- Work item:
Reproduce without change the lines in the material below that run from the one with "f 705 856 726" to the end, and nothing more.

━━ Entries supplied ━━

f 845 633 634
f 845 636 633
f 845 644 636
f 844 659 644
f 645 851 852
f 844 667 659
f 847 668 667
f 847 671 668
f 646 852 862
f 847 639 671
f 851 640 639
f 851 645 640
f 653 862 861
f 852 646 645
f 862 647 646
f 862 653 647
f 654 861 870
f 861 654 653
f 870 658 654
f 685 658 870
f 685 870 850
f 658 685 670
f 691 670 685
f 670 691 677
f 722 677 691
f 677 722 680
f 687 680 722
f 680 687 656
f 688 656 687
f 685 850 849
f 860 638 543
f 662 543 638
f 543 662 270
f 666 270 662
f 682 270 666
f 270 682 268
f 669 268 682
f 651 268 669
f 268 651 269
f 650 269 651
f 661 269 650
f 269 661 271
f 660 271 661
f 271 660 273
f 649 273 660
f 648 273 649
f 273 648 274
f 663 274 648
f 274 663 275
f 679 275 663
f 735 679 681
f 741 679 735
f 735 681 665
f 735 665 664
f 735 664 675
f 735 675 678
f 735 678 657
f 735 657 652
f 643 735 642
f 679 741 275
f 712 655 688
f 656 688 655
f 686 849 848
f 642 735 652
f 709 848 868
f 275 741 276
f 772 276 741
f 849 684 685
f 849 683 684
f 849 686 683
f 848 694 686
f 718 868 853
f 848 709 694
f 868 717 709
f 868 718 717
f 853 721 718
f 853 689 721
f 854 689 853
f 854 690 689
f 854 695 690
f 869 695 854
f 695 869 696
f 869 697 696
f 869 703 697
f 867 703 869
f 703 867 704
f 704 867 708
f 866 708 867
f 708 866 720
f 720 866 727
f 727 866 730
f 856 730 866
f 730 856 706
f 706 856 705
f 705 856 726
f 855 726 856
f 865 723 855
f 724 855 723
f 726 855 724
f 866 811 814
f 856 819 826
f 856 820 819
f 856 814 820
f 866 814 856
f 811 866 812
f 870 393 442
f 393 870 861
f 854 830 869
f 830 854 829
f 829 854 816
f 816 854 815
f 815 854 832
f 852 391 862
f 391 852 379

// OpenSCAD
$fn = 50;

━━━

- Solution to this exercise:
f 705 856 726
f 855 726 856
f 865 723 855
f 724 855 723
f 726 855 724
f 866 811 814
f 856 819 826
f 856 820 819
f 856 814 820
f 866 814 856
f 811 866 812
f 870 393 442
f 393 870 861
f 854 830 869
f 830 854 829
f 829 854 816
f 816 854 815
f 815 854 832
f 852 391 862
f 391 852 379

// OpenSCAD
$fn = 50;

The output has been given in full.